Start of Block
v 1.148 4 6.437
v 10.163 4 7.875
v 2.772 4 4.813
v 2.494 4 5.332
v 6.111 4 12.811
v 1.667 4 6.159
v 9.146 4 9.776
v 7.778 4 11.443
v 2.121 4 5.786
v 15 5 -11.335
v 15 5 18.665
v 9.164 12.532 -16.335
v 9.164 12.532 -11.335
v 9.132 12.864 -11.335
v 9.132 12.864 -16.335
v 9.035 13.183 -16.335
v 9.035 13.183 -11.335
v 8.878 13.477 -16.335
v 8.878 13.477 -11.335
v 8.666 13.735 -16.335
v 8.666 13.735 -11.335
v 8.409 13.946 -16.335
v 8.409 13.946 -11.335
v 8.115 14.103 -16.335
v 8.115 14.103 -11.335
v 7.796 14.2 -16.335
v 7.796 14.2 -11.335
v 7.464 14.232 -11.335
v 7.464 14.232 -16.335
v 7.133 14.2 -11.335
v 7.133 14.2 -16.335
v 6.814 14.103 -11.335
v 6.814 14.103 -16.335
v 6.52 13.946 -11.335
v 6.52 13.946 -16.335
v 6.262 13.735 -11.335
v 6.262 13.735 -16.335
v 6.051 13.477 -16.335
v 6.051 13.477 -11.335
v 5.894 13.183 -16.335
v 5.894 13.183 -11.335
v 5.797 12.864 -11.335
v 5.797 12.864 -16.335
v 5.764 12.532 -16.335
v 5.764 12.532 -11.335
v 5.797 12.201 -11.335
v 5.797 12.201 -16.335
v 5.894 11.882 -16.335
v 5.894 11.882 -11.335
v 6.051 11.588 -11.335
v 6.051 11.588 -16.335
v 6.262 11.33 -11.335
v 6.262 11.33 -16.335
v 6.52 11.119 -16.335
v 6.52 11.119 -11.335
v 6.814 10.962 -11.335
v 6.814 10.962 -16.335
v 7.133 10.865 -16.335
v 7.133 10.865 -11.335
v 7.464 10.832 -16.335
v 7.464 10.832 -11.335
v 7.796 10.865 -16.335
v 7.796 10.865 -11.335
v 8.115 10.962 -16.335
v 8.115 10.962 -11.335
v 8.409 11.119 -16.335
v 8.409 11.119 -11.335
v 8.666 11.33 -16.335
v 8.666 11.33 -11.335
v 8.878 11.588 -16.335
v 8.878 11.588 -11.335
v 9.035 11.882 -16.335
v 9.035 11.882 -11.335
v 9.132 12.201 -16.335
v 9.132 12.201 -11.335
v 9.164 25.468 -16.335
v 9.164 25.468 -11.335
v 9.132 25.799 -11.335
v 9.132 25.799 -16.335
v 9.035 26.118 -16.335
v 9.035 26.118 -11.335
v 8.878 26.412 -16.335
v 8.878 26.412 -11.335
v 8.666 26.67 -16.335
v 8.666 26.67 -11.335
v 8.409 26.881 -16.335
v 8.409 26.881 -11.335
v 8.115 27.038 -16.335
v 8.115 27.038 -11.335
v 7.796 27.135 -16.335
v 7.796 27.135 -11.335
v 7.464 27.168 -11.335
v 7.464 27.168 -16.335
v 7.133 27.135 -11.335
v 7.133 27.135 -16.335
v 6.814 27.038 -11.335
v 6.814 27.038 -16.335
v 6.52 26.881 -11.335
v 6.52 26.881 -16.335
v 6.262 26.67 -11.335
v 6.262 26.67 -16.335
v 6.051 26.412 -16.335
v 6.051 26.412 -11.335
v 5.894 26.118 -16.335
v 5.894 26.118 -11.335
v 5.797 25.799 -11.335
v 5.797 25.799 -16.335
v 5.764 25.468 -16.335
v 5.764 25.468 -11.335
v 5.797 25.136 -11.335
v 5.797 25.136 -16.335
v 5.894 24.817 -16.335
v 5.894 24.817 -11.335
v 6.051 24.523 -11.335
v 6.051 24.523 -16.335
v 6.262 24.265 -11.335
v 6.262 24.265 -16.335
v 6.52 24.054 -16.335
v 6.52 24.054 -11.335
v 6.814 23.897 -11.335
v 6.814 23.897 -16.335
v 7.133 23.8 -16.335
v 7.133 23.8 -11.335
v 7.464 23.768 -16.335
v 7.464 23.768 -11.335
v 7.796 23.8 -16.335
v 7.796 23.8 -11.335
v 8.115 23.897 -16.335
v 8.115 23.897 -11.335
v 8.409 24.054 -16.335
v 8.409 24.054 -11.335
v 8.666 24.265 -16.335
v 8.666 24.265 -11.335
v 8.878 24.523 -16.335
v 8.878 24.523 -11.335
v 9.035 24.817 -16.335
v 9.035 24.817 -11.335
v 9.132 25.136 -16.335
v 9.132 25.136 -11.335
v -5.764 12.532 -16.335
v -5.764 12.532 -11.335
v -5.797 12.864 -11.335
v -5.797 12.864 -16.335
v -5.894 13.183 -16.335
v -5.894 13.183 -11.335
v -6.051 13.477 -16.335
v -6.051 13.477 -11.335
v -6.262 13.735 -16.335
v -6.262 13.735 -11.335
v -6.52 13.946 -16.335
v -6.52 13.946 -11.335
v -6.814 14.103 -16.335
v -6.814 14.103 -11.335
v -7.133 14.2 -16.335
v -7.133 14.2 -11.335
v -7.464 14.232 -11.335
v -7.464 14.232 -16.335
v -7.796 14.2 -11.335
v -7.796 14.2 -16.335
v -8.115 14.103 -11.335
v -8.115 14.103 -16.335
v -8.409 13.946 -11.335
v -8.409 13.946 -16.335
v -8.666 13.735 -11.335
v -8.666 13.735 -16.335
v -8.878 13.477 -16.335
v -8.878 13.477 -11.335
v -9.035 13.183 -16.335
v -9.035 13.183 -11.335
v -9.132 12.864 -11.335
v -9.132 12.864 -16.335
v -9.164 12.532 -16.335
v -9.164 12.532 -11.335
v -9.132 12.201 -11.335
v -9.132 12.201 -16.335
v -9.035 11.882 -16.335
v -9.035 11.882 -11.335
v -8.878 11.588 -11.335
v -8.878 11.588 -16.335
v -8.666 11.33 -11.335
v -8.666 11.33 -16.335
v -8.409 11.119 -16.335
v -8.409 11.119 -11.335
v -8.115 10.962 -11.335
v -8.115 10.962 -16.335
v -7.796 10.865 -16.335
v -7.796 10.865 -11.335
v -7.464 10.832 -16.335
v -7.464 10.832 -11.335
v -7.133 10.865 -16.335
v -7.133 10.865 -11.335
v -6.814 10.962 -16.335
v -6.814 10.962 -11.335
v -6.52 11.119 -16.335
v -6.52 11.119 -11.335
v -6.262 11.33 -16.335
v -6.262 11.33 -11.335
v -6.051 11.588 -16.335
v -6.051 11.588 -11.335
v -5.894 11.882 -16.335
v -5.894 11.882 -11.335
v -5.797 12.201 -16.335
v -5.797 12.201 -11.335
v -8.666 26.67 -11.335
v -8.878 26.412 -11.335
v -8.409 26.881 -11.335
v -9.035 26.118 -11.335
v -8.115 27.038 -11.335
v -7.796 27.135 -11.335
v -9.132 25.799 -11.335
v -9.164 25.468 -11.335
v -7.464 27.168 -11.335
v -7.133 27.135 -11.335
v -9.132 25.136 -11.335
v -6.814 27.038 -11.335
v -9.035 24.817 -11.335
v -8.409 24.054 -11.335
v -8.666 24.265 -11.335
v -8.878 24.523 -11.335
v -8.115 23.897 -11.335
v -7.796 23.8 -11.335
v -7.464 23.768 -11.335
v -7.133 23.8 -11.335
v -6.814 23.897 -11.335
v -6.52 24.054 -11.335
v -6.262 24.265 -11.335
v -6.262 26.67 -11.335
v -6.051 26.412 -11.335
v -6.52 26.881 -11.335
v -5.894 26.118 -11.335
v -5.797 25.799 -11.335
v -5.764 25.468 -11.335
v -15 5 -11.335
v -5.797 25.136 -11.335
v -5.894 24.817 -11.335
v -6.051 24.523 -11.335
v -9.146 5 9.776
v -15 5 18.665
End of Block
*EXERCISE*
Quote the listing above, but only from the line that shows "v 5.797 12.201 -16.335" through the line that shows "v 7.133 10.865 -11.335".

*YOUR SOLUTION*
v 5.797 12.201 -16.335
v 5.894 11.882 -16.335
v 5.894 11.882 -11.335
v 6.051 11.588 -11.335
v 6.051 11.588 -16.335
v 6.262 11.33 -11.335
v 6.262 11.33 -16.335
v 6.52 11.119 -16.335
v 6.52 11.119 -11.335
v 6.814 10.962 -11.335
v 6.814 10.962 -16.335
v 7.133 10.865 -16.335
v 7.133 10.865 -11.335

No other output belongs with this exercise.